Los chatbots de IA ya no son solo herramientas empresariales. Un número creciente de usuarios de inteligencia artificial los consideran amigos, confidentes e incluso parejas.

A medida que la IA se integra en las redes sociales, es más fácil que nunca entablar conversaciones personales. La creciente industria de la IA como acompañante muestra que millones de personas recurren a los chatbots de IA para cultivar ideas, fomentar la interacción y compartir intercambios emocionales, según Jamie Sundvall, psicóloga clínica licenciada, trabajadora social clínica y vicerrectora adjunta de inteligencia artificial en la Universidad de Touro.

Sundvall prevé que el mercado de herramientas de IA que ayudan a las personas a conectar emocionalmente con los chatbots crecerá un 30% en los próximos años.

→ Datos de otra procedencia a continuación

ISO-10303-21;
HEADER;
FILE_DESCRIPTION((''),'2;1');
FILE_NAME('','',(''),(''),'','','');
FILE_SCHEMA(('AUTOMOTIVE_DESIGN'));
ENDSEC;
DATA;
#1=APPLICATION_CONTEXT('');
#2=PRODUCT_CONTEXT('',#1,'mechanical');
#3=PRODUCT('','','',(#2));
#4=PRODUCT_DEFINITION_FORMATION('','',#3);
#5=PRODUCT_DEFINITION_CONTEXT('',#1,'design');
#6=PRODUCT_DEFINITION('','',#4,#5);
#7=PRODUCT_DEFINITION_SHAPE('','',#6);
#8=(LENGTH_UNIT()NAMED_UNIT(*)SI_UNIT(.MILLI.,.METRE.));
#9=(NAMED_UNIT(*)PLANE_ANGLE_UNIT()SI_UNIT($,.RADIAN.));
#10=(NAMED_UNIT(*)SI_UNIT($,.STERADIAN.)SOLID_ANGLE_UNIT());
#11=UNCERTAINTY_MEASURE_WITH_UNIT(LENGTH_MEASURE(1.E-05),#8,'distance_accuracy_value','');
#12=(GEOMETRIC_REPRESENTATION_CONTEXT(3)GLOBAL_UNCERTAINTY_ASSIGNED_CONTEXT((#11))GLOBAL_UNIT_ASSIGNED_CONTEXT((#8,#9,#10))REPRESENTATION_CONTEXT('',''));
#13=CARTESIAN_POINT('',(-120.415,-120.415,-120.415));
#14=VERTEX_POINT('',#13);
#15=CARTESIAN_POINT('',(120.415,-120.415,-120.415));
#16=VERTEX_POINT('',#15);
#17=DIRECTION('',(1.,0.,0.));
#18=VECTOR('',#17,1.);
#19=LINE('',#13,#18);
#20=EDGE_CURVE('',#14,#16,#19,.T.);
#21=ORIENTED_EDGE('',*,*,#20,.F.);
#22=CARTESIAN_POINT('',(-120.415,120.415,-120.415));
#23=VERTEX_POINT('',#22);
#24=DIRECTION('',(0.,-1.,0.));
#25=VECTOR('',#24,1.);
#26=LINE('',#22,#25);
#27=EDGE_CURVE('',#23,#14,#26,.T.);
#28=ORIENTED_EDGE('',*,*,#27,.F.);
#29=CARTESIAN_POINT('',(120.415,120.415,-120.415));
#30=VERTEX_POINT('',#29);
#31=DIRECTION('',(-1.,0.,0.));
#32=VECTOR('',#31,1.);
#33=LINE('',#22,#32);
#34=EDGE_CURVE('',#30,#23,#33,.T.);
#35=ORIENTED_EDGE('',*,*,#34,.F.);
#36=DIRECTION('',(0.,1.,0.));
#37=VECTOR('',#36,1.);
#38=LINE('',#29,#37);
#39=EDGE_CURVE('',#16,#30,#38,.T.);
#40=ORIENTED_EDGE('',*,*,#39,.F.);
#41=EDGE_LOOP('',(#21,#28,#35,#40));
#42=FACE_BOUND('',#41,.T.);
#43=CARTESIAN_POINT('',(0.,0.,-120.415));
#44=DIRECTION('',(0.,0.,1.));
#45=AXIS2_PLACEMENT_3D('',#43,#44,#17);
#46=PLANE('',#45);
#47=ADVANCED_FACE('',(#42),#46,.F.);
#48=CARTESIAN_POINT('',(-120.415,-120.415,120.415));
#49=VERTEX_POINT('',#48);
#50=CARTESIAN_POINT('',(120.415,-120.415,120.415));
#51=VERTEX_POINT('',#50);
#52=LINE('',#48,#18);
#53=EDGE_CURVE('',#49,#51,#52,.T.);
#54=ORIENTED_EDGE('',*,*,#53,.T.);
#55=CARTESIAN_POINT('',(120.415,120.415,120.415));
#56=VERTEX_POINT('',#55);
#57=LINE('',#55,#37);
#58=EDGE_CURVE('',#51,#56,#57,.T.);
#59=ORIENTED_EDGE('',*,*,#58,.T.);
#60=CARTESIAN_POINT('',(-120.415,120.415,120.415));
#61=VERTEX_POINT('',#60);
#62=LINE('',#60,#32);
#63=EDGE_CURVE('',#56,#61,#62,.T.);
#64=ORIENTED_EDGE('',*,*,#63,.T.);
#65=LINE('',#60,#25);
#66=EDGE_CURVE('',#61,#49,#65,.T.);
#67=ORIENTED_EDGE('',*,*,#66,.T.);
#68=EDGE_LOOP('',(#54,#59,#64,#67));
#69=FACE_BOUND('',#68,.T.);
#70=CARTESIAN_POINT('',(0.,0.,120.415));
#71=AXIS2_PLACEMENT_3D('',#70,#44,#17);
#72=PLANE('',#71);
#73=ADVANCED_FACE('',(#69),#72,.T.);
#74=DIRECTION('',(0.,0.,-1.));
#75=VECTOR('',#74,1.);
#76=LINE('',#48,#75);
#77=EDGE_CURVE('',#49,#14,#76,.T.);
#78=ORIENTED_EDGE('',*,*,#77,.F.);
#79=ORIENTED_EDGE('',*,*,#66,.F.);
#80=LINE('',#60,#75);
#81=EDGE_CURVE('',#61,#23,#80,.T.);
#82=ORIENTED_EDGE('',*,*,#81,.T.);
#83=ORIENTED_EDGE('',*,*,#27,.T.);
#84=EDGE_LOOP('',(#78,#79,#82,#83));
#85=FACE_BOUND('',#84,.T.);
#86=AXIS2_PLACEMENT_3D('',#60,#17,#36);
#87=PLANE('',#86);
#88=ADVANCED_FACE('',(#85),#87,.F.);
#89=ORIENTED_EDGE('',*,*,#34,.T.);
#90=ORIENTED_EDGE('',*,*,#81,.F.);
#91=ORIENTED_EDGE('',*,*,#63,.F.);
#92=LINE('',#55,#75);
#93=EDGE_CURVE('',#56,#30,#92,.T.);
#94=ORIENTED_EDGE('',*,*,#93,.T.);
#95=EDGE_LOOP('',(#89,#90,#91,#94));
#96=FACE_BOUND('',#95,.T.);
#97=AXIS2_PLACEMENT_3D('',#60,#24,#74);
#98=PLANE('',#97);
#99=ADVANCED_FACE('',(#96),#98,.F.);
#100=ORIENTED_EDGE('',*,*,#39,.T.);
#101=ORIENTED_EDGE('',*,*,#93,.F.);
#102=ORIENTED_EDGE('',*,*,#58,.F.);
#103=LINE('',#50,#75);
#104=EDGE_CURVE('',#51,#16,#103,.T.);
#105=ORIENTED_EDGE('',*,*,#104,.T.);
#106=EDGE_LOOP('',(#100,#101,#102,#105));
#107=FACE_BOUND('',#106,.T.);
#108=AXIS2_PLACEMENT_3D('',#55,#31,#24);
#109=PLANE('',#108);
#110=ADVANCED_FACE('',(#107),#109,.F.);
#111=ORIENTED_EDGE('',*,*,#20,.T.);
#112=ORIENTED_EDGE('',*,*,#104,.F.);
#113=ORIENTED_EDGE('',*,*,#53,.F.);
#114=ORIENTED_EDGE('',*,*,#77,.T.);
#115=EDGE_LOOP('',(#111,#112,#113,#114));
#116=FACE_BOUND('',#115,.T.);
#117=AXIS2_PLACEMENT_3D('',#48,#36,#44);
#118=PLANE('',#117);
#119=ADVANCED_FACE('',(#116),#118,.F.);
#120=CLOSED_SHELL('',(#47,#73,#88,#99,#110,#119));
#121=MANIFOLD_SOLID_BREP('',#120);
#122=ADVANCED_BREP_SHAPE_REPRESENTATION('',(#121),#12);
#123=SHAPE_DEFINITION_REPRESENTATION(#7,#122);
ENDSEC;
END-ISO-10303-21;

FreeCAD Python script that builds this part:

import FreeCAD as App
import Part
import Sketcher

V = App.Vector


def add_polygon(sketch, points):
    """Adds a closed chain of lines whose ends are joined by coincident constraints."""
    first, n = sketch.GeometryCount, len(points)
    for a, b in zip(points, points[1:] + points[:1]):
        sketch.addGeometry(Part.LineSegment(App.Vector(*a, 0), App.Vector(*b, 0)), False)
    for i in range(n):
        sketch.addConstraint(Sketcher.Constraint("Coincident", first + i, 2, first + (i + 1) % n, 1))

doc = App.newDocument("Part")
body = doc.addObject("PartDesign::Body", "Body")

# Sketch on XY plane
sketch1 = body.newObject("Sketcher::SketchObject", "Sketch")
sketch1.AttachmentSupport = (doc.getObject("XY_Plane"), [""])
sketch1.MapMode = "FlatFace"
add_polygon(sketch1, [(-120, 120), (-120, -120), (120, -120), (120, 120)])  # lines 0-3
sketch1.addConstraint([
    Sketcher.Constraint("Vertical", 0),
    Sketcher.Constraint("Horizontal", 1),
    Sketcher.Constraint("Vertical", 2),
    Sketcher.Constraint("Horizontal", 3),
    Sketcher.Constraint("Symmetric", 0, 2, 2, 2, -1, 1),
    Sketcher.Constraint("Equal", 3, 0),
    Sketcher.Constraint("DistanceX", 1, 1, 1, 2, 240.83),
])
pad1 = body.newObject("PartDesign::Pad", "Pad")
pad1.Profile = sketch1
pad1.Length = 240.83
pad1.Midplane = True

doc.recompute()
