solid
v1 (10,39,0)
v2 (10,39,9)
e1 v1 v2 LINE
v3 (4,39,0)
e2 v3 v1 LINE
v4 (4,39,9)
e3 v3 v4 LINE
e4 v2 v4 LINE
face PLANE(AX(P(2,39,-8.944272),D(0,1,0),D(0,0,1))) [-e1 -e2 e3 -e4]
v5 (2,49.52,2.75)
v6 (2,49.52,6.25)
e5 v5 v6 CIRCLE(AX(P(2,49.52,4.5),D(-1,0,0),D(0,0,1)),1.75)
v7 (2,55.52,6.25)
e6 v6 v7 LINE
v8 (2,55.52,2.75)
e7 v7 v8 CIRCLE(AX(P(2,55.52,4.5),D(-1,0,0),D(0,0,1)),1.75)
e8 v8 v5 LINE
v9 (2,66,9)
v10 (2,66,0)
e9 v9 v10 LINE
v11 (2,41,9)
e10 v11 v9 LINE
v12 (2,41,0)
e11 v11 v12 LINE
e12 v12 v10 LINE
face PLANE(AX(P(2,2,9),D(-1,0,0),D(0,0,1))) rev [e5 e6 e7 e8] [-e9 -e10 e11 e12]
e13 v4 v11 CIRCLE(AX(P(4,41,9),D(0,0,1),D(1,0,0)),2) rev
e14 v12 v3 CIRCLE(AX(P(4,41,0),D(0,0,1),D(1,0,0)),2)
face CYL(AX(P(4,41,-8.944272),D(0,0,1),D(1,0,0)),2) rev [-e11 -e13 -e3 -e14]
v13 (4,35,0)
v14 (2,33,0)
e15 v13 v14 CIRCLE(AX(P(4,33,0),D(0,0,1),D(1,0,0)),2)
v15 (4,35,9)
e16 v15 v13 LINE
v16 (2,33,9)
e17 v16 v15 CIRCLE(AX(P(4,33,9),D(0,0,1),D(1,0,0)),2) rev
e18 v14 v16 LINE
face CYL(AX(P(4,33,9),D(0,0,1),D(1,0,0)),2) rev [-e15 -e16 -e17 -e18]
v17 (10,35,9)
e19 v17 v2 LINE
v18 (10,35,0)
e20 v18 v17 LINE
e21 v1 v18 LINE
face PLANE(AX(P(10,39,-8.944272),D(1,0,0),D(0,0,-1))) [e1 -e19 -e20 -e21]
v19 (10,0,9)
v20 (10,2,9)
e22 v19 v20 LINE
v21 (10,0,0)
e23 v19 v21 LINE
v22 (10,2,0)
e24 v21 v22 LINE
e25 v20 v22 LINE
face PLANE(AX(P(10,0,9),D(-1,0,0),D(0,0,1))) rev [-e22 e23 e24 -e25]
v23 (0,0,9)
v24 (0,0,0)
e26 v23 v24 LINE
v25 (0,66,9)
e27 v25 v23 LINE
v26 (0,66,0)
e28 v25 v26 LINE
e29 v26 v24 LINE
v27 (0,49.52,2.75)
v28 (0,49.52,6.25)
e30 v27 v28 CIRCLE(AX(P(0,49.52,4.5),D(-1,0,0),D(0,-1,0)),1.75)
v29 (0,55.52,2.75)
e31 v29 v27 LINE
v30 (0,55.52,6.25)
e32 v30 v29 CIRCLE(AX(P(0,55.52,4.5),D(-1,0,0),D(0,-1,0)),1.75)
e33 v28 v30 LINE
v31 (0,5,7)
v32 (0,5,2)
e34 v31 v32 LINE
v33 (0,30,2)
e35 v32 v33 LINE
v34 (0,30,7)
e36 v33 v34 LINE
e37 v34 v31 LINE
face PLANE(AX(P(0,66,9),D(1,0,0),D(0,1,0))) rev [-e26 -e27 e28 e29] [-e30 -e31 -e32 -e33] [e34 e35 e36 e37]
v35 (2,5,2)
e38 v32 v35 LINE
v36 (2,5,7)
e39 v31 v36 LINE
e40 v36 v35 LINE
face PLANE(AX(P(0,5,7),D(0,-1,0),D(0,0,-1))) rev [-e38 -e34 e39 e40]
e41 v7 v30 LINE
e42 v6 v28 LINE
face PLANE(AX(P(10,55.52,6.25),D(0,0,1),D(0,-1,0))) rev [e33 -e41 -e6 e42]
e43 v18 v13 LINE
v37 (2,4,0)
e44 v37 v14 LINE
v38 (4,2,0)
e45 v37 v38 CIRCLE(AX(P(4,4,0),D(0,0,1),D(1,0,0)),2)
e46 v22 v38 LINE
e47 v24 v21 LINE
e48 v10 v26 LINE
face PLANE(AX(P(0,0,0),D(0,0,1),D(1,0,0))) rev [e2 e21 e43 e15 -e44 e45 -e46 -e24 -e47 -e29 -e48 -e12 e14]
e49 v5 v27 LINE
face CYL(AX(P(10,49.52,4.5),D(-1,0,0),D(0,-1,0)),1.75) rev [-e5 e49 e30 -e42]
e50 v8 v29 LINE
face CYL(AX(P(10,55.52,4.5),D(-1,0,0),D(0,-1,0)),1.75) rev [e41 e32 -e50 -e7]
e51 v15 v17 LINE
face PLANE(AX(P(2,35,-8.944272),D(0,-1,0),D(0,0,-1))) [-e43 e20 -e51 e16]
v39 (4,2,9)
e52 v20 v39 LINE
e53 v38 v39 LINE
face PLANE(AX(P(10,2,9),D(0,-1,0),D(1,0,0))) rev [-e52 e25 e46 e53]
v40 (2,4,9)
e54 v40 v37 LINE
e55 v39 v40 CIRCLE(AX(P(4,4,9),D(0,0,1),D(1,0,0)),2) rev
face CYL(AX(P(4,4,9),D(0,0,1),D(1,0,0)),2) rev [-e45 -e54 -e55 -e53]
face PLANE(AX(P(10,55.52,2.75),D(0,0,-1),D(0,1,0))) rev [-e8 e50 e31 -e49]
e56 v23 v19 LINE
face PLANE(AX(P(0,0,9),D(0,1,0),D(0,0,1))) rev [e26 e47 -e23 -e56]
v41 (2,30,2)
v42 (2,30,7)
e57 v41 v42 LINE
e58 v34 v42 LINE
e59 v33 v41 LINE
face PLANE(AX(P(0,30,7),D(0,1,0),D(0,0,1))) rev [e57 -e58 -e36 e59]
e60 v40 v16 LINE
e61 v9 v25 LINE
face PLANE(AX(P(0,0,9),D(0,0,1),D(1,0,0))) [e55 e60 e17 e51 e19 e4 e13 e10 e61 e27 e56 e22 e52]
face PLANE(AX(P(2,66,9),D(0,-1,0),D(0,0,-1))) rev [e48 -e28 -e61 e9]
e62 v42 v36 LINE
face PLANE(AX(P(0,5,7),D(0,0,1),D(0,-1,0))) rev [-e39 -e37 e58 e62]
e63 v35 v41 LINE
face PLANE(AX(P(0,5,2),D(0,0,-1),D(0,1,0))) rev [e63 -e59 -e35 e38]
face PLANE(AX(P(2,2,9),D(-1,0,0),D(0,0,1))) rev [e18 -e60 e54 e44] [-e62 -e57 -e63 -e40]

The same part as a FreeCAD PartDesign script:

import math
import FreeCAD as App
import Part
import Sketcher

V = App.Vector
Q = App.Units.Quantity


def edges_at(feature, points):
    """Names of the edges that pass closest to the given points."""
    edges = feature.Shape.Edges
    near = lambda p: min(range(len(edges)), key=lambda i: edges[i].distToShape(Part.Vertex(*p))[0])
    return sorted({f"Edge{near(p) + 1}" for p in points})

doc = App.newDocument("Part")
body = doc.addObject("PartDesign::Body", "Body")

sketch1 = body.newObject("Sketcher::SketchObject", "Sketch")
sketch1.AttachmentSupport = (doc.getObject("XY_Plane"), [""])
sketch1.MapMode = "FlatFace"
sketch1.addGeometry([
    Part.LineSegment(V(0, 0, 0), V(10, 0, 0)),
    Part.LineSegment(V(10, 0, 0), V(10, 2, 0)),
    Part.LineSegment(V(10, 2, 0), V(2, 2, 0)),
    Part.LineSegment(V(2, 2, 0), V(2, 66, 0)),
    Part.LineSegment(V(2, 66, 0), V(0, 66, 0)),
    Part.LineSegment(V(0, 66, 0), V(0, 0, 0)),
], False)
sketch1.addConstraint([
    Sketcher.Constraint("Coincident", 0, 2, 1, 1),
    Sketcher.Constraint("Coincident", 1, 2, 2, 1),
    Sketcher.Constraint("Coincident", 2, 2, 3, 1),
    Sketcher.Constraint("Coincident", 3, 2, 4, 1),
    Sketcher.Constraint("Coincident", 4, 2, 5, 1),
    Sketcher.Constraint("Coincident", 5, 2, 0, 1),
    Sketcher.Constraint("Horizontal", 0),
    Sketcher.Constraint("Vertical", 1),
    Sketcher.Constraint("Horizontal", 2),
    Sketcher.Constraint("Vertical", 3),
    Sketcher.Constraint("Horizontal", 4),
    Sketcher.Constraint("Vertical", 5),
    Sketcher.Constraint("Coincident", 5, 2, -1, 1),
    Sketcher.Constraint("Equal", 4, 1),
    Sketcher.Constraint("DistanceX", 0, 1, 0, 2, Q("10 mm")),
    Sketcher.Constraint("DistanceX", 2, 2, 2, 1, Q("8 mm")),
    Sketcher.Constraint("DistanceY", 3, 1, 3, 2, Q("64 mm")),
])
pad1 = body.newObject("PartDesign::Pad", "Pad")
pad1.Profile = sketch1
pad1.Length = 9

sketch2 = body.newObject("Sketcher::SketchObject", "Sketch001")
sketch2.AttachmentSupport = (doc.getObject("YZ_Plane"), [""])
sketch2.MapMode = "FlatFace"
sketch2.addGeometry([
    Part.LineSegment(V(49.52, 6.25, 0), V(55.52, 6.25, 0)),
    Part.ArcOfCircle(Part.Circle(V(55.52, 4.5, 0), V(0, 0, 1), 1.75), math.radians(-90), math.radians(90)),
    Part.LineSegment(V(55.52, 2.75, 0), V(49.52, 2.75, 0)),
    Part.ArcOfCircle(Part.Circle(V(49.52, 4.5, 0), V(0, 0, 1), 1.75), math.radians(90), math.radians(270)),
], False)
sketch2.addConstraint([
    Sketcher.Constraint("Tangent", 0, 2, 1, 2),
    Sketcher.Constraint("Tangent", 1, 1, 2, 1),
    Sketcher.Constraint("Tangent", 2, 2, 3, 2),
    Sketcher.Constraint("Tangent", 3, 1, 0, 1),
    Sketcher.Constraint("Horizontal", 0),
    Sketcher.Constraint("Horizontal", 2),
    Sketcher.Constraint("DistanceX", 0, 1, 0, 2, Q("6 mm")),
    Sketcher.Constraint("Radius", 1, Q("1.75 mm")),
    Sketcher.Constraint("DistanceY", -1, 1, 1, 3, Q("4.5 mm")),
    Sketcher.Constraint("DistanceX", -1, 1, 1, 3, Q("55.52 mm")),
])
pocket1 = body.newObject("PartDesign::Pocket", "Pocket")
pocket1.Profile = sketch2
pocket1.Type = "ThroughAll"
pocket1.Reversed = True

sketch3 = body.newObject("Sketcher::SketchObject", "Sketch002")
sketch3.AttachmentSupport = (doc.getObject("YZ_Plane"), [""])
sketch3.MapMode = "FlatFace"
sketch3.AttachmentOffset = App.Placement(V(0, 0, 2), App.Rotation())
sketch3.addGeometry([
    Part.LineSegment(V(30, 7, 0), V(5, 7, 0)),
    Part.LineSegment(V(5, 7, 0), V(5, 2, 0)),
    Part.LineSegment(V(5, 2, 0), V(30, 2, 0)),
    Part.LineSegment(V(30, 2, 0), V(30, 7, 0)),
], False)
sketch3.addConstraint([
    Sketcher.Constraint("Coincident", 0, 2, 1, 1),
    Sketcher.Constraint("Coincident", 1, 2, 2, 1),
    Sketcher.Constraint("Coincident", 2, 2, 3, 1),
    Sketcher.Constraint("Coincident", 3, 2, 0, 1),
    Sketcher.Constraint("Horizontal", 0),
    Sketcher.Constraint("Vertical", 1),
    Sketcher.Constraint("Horizontal", 2),
    Sketcher.Constraint("Vertical", 3),
    Sketcher.Constraint("DistanceX", 0, 2, 0, 1, Q("25 mm")),
    Sketcher.Constraint("DistanceY", 1, 2, 1, 1, Q("5 mm")),
    Sketcher.Constraint("DistanceX", -1, 1, 0, 2, Q("5 mm")),
    Sketcher.Constraint("DistanceY", -1, 1, 0, 2, Q("7 mm")),
])
pocket2 = body.newObject("PartDesign::Pocket", "Pocket001")
pocket2.Profile = sketch3
pocket2.Type = "ThroughAll"
doc.recompute()

fillet = body.newObject("PartDesign::Fillet", "Fillet")
fillet.Base = (pocket2, edges_at(pocket2, [(2, 2, 4.5)]))
fillet.Radius = 2

sketch4 = body.newObject("Sketcher::SketchObject", "Sketch003")
sketch4.AttachmentSupport = (doc.getObject("XY_Plane"), [""])
sketch4.MapMode = "FlatFace"
sketch4.AttachmentOffset = App.Placement(V(0, 0, 9), App.Rotation())
sketch4.addGeometry([
    Part.LineSegment(V(2, 39, 0), V(2, 35, 0)),
    Part.LineSegment(V(2, 35, 0), V(10, 35, 0)),
    Part.LineSegment(V(10, 35, 0), V(10, 39, 0)),
    Part.LineSegment(V(10, 39, 0), V(2, 39, 0)),
], False)
sketch4.addConstraint([
    Sketcher.Constraint("Coincident", 0, 2, 1, 1),
    Sketcher.Constraint("Coincident", 1, 2, 2, 1),
    Sketcher.Constraint("Coincident", 2, 2, 3, 1),
    Sketcher.Constraint("Coincident", 3, 2, 0, 1),
    Sketcher.Constraint("Vertical", 0),
    Sketcher.Constraint("Horizontal", 1),
    Sketcher.Constraint("Vertical", 2),
    Sketcher.Constraint("Horizontal", 3),
    Sketcher.Constraint("DistanceX", 1, 1, 1, 2, Q("8 mm")),
    Sketcher.Constraint("DistanceY", 0, 2, 0, 1, Q("4 mm")),
    Sketcher.Constraint("DistanceX", -1, 1, 0, 2, Q("2 mm")),
    Sketcher.Constraint("DistanceY", -1, 1, 0, 2, Q("35 mm")),
])
pad2 = body.newObject("PartDesign::Pad", "Pad001")
pad2.Profile = sketch4
pad2.Length = 9
pad2.Reversed = True
doc.recompute()

fillet2 = body.newObject("PartDesign::Fillet", "Fillet001")
fillet2.Base = (pad2, edges_at(pad2, [(2, 39, 4.5), (2, 35, 4.5)]))
fillet2.Radius = 2

doc.recompute()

«Debemos equilibrar cuidadosamente el avance de la IA con las preocupaciones por un uso ético y seguro», declaró en relación con los vínculos emocionales entre humanos y entidades de IA.

Esta cuestión de seguridad es crucial a la luz de un nuevo estudio publicado por la Universidad de Northeastern en julio. La investigación reveló que los modelos de lenguaje extenso (LLM) ampliamente disponibles aún pueden generar información detallada sobre autolesiones y suicidio, a pesar de las funciones de seguridad integradas.

Más específicamente, el chatbot «proporciona instrucciones e información relacionada con métodos de suicidio, presentada de forma académica», según el informe.

¿Por qué las personas se conectan con compañeros de IA?.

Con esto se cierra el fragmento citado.